After browsing the forums I just wanted to make sure I am understanding the 40-140 rule correctly as it applies to my scenario.

I have pack of Costco thick cut pork chops marinading overnight.  What I would like to do is cold smoke them tomorrow and then vacuum seal them individually to cook on the grill at a later time.   Is it safe to do this if I were to only cold smoke them for a few hours and then vac seal and freeze?  

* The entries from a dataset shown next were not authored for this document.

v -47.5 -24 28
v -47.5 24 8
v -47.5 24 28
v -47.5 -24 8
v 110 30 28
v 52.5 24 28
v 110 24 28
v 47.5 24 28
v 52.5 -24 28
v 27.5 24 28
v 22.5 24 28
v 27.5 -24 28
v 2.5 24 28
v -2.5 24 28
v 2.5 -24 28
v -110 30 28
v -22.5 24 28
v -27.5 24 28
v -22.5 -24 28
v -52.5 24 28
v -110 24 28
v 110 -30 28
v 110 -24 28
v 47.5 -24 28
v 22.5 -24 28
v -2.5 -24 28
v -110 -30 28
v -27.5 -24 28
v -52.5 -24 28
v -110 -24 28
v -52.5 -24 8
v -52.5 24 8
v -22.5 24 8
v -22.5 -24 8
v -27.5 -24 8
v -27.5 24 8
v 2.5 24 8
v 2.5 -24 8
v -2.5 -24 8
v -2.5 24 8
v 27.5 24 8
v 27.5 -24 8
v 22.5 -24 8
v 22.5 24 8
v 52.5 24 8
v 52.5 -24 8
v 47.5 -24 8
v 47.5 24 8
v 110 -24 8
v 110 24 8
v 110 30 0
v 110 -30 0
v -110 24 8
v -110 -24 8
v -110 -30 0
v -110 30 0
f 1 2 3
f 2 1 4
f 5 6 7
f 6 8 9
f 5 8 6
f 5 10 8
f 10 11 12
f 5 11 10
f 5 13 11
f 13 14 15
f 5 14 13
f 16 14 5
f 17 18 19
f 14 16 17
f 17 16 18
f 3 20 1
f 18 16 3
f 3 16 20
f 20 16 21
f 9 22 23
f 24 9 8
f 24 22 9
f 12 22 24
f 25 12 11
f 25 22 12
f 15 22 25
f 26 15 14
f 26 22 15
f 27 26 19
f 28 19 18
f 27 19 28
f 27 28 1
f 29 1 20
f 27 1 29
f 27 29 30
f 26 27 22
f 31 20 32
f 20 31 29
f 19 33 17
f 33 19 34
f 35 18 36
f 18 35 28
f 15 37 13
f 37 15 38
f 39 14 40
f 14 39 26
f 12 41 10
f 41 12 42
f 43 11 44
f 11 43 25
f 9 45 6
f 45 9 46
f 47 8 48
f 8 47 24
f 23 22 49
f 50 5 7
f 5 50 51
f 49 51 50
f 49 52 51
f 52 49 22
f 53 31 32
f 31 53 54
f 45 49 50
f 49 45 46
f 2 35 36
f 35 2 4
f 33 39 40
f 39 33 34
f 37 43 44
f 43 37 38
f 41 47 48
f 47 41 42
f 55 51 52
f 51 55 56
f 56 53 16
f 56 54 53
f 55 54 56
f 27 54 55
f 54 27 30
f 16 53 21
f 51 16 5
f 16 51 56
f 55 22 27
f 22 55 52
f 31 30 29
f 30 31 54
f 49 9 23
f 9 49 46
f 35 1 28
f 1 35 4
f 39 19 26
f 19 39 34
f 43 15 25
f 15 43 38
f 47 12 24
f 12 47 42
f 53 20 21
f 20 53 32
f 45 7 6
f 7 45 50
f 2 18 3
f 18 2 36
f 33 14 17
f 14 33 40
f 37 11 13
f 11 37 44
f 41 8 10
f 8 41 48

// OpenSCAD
$fn = 32;

// ----------------------------------------------------------------------
// Rib frame 220 x 60 x 28
// 5 ribs at 25 mm pitch
// ----------------------------------------------------------------------

// --- parameters (mm) ---
frame = [220, 60, 8];  // base plate size (x, y, z)
rail_w = 6;            // side rail width
ribs = 5;              // number of ribs
rib_t = 5;             // rib thickness
rib_h = 20;            // rib height above the base plate
pitch = 25;            // pitch between rib centres

// --- derived feature positions (mm) ---
span = (ribs - 1) * pitch;          // = 100   distance between the outer ribs
origin_x = -span / 2;               // = -50   X of the first rib
rib_len = frame[1] - 2 * rail_w + 2;  // = 50   rib length, 1 mm into each rail
feature_centers = [
  [origin_x + 0 * pitch, 0],
  [origin_x + 1 * pitch, 0],
  [origin_x + 2 * pitch, 0],
  [origin_x + 3 * pitch, 0],
  [origin_x + 4 * pitch, 0]
];   // rib centre line, drives the rib loop

// base plate, two side rails, then the ribs read straight off feature_centers
union() {
  translate([-frame[0] / 2, -frame[1] / 2, 0]) cube(frame);
  translate([-frame[0] / 2, -frame[1] / 2, 0]) cube([frame[0], rail_w, frame[2] + rib_h]);
  translate([-frame[0] / 2, frame[1] / 2 - rail_w, 0]) cube([frame[0], rail_w, frame[2] + rib_h]);
  for (centre = feature_centers)
    translate([centre[0] - rib_t / 2, centre[1] - rib_len / 2, frame[2] - 1])
      cube([rib_t, rib_len, rib_h + 1]);
}
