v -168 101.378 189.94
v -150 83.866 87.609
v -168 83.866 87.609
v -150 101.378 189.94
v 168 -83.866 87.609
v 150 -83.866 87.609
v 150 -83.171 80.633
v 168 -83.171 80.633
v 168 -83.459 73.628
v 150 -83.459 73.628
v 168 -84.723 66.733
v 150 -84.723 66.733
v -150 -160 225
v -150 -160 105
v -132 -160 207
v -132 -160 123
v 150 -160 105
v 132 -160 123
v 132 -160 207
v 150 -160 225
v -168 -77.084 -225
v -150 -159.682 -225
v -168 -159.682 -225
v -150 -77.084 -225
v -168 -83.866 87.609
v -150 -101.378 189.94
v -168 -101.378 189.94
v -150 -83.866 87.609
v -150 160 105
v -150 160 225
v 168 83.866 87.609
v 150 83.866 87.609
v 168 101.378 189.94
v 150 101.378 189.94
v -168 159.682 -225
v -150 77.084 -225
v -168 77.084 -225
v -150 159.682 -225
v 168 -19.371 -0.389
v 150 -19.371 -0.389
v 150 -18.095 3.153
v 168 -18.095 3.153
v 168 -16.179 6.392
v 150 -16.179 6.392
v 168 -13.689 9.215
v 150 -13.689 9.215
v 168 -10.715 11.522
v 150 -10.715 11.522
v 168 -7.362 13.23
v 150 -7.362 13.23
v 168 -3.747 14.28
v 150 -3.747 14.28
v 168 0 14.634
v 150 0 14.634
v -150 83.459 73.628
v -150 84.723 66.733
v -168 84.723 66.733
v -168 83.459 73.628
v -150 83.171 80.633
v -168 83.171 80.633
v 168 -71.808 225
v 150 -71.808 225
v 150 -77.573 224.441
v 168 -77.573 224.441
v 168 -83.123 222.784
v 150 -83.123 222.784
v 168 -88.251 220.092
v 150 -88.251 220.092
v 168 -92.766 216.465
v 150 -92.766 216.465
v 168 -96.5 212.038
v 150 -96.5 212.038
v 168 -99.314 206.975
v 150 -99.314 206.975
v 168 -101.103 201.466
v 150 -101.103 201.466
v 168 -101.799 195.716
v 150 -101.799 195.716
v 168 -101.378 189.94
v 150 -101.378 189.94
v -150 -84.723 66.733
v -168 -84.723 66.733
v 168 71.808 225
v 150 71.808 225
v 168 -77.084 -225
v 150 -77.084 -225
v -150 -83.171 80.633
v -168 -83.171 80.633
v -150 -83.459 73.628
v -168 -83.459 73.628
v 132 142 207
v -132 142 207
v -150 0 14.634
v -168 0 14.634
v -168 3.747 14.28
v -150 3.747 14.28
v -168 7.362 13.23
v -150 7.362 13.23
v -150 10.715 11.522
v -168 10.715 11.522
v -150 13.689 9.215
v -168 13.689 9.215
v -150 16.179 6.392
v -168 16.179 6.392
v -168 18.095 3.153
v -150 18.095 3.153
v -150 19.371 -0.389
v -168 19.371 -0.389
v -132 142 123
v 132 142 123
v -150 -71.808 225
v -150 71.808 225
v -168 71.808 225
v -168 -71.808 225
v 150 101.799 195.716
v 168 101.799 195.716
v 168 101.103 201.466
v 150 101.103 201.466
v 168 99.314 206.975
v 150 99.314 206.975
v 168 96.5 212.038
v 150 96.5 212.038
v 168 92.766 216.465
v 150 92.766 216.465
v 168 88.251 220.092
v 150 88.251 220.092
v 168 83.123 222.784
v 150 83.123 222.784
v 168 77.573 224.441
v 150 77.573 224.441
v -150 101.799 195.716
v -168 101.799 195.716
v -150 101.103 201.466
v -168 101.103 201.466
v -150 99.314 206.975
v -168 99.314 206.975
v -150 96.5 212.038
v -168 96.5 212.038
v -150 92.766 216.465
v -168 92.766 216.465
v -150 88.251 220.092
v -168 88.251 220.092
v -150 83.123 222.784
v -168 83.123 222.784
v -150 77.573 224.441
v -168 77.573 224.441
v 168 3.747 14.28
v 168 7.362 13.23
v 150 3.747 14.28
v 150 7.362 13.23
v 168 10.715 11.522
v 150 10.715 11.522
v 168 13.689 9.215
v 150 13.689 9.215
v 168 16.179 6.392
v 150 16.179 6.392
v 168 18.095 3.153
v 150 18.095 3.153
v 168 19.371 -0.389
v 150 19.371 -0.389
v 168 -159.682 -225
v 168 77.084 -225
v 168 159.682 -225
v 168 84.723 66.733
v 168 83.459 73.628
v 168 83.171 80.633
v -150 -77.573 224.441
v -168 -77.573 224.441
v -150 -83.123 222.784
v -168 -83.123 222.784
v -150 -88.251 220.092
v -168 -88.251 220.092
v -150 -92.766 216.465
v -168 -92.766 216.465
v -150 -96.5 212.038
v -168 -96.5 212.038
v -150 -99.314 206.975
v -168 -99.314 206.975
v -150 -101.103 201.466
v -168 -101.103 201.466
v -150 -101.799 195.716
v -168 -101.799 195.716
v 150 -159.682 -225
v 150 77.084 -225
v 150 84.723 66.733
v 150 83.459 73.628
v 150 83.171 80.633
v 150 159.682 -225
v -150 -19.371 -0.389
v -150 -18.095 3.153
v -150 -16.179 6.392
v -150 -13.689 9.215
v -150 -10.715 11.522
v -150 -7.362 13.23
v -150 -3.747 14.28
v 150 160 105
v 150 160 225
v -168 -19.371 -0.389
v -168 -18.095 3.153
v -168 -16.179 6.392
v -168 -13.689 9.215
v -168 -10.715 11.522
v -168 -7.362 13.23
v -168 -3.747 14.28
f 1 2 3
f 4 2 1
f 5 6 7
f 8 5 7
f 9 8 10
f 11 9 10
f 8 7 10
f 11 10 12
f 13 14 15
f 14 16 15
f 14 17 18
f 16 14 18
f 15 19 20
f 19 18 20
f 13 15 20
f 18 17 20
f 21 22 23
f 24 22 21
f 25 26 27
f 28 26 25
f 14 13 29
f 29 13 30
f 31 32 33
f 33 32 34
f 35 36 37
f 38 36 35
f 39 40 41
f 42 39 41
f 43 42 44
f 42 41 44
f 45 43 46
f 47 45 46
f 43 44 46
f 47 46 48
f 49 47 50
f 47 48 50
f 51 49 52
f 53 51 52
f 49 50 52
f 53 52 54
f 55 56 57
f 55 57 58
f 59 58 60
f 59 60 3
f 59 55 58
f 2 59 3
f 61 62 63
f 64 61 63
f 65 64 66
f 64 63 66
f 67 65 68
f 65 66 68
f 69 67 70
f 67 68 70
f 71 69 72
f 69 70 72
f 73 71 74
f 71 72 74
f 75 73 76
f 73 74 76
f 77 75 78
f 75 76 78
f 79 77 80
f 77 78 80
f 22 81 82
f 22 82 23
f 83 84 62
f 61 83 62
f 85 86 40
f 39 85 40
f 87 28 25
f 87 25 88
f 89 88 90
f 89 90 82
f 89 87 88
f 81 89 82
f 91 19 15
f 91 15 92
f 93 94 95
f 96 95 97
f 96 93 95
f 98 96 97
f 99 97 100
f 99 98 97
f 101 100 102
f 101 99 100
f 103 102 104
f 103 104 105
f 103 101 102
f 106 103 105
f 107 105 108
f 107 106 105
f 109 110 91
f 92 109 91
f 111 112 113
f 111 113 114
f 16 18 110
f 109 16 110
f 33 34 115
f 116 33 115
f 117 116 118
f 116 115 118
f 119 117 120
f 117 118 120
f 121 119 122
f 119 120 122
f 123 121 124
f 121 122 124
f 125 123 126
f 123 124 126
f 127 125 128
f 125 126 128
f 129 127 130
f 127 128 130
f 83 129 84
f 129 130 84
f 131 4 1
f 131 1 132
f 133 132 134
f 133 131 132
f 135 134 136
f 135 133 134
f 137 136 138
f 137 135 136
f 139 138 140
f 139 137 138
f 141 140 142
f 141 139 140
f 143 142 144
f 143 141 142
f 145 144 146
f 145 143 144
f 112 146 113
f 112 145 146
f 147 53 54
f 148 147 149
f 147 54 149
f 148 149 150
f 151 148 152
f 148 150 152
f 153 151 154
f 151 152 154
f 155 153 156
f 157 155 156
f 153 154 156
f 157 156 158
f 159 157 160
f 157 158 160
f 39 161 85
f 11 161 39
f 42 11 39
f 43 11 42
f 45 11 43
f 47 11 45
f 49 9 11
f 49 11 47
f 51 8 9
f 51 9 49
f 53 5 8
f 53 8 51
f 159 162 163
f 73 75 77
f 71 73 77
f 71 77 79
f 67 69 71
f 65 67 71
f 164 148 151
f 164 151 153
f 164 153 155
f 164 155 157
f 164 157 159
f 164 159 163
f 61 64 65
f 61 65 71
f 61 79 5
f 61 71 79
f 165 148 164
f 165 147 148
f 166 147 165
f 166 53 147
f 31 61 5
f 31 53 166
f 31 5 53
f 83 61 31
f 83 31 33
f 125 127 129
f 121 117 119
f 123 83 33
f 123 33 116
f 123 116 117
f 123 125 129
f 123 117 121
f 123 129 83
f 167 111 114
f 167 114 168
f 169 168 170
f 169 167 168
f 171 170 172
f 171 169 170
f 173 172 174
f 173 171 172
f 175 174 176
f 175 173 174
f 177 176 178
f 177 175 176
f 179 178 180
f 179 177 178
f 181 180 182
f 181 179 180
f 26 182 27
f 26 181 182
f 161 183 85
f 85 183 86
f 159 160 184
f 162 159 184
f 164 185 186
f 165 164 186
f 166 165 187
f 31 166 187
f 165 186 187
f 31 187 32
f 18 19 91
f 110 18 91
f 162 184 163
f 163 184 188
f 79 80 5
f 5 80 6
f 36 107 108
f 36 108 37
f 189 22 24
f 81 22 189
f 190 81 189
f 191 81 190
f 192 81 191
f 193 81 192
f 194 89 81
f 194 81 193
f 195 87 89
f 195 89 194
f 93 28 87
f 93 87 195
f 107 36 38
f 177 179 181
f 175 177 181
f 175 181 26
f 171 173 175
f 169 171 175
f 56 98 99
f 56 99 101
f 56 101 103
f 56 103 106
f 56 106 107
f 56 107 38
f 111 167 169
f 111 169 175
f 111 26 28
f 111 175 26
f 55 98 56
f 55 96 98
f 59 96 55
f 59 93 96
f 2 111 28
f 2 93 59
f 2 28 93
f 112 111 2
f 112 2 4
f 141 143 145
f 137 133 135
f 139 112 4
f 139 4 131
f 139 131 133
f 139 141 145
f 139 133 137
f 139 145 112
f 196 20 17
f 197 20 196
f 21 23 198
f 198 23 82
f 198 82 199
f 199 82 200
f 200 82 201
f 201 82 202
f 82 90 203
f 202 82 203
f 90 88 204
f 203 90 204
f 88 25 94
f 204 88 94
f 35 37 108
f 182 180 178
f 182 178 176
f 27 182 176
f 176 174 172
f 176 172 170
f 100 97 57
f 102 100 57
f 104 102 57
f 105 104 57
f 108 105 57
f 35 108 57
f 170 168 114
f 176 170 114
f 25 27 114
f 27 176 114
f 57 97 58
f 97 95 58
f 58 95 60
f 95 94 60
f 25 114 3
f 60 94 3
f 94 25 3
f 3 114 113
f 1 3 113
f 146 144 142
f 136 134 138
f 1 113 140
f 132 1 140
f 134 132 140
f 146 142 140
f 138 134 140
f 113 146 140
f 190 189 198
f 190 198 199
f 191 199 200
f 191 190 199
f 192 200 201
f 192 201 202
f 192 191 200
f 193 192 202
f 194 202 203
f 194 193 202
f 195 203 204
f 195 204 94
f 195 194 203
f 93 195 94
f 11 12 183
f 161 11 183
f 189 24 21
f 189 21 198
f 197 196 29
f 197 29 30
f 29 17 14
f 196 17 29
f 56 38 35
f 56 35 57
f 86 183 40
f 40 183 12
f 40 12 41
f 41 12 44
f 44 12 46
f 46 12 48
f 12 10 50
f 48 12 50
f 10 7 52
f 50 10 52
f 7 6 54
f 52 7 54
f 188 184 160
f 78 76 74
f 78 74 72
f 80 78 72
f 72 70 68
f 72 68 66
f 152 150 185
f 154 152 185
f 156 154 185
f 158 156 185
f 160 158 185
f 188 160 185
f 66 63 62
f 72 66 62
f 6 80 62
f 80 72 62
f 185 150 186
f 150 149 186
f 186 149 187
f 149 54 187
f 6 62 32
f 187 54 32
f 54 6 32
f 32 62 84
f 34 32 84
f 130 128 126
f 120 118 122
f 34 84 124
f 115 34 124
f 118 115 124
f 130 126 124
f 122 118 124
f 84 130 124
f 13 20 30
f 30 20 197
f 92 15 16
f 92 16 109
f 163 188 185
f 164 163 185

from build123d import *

# Parameters (mm, degrees)
F2_DEPTH = 18
F3_W     = 320
F3_H     = 120
F4_DEPTH = 150
F6_T     = -18


with BuildPart() as f2:
    # F1 (on offset) → F2 (new body)
    with BuildSketch(Plane.YZ.offset(150)):
        with BuildLine():
            Line((71.807722, 225), (-71.807722, 225))
            ThreePointArc((-71.807722, 225), (-94.740323, 214.341556), (-101.377868, 189.939721))
            Line((-101.377868, 189.939721), (-83.866298, 87.609463))
            ThreePointArc((-83.866298, 87.609463), (-83.191914, 77.125763), (-84.72293, 66.732555))
            Line((-84.72293, 66.732555), (-159.682438, -225))
            Line((-159.682438, -225), (-77.083794, -225))
            Line((-77.083794, -225), (-19.370778, -0.388524))
            ThreePointArc((-19.370778, -0.388524), (-12.256735, 10.438423), (0, 14.634233))
            ThreePointArc((0, 14.634233), (12.256735, 10.438423), (19.370778, -0.388524))
            Line((19.370778, -0.388524), (77.083794, -225))
            Line((77.083794, -225), (159.682438, -225))
            Line((159.682438, -225), (84.72293, 66.732555))
            ThreePointArc((84.72293, 66.732555), (83.191914, 77.125763), (83.866298, 87.609463))
            Line((83.866298, 87.609463), (101.377868, 189.939721))
            ThreePointArc((101.377868, 189.939721), (94.740323, 214.341556), (71.807722, 225))
        make_face()
    extrude(amount=F2_DEPTH)


with BuildPart() as f4:
    # F3 (on Right) → F4 (new body, symmetric)
    with BuildSketch(Plane.YZ):
        with Locations((0, 165)):
            Rectangle(F3_W, F3_H)
    extrude(amount=F4_DEPTH, both=True)

    # F6
    f6_openings = [f4.faces().sort_by_distance(p)[0] for p in [
        (0, -160, 165),
    ]]
    offset(amount=F6_T, openings=f6_openings)


with BuildPart() as f5_1:
    # F5: instance of F2
    add(f2.part.mirror(Plane.YZ))


solid = Compound([f2.part, f4.part, f5_1.part])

Given that I would grill them later, it would spend less than 4 hours total getting up to 140.  Am I interpreting this rule incorrectly given my scenario?


----------



## daveomak (Oct 24, 2012)

mbuhler.. I answered your other thread a few minutes ago.....  The answer is NO..... do not partially cook food, store and recook....  You are asking for possibly getting really sick....  Brine in a salt/sugar brine, cook to 145, freeze then reheat at your convenience...  the salt/sugar will keep the meat moist even through and after freezing.....    add spices and herbs to the brine for flavor....   Dave


----------



## chef jimmyj (Oct 26, 2012)

Dave gave some good info. If you do not plan on injecting anything I would go so far as to say you can Hot Smoke them Rare, 120*F IT and then Freeze them. When you are ready to eat make sure you defrost them in the Refer and grill over highest heat to an IT of 145*F they will be hot and ready to eat. Just never Cold Smoke anything does not contain a Cure...JJ


----------



## mbuhler (Oct 26, 2012)

Thanks ChefJimmy!   What about marinade?  Are there the same concerns there as with injecting?


----------



## chef jimmyj (Oct 26, 2012)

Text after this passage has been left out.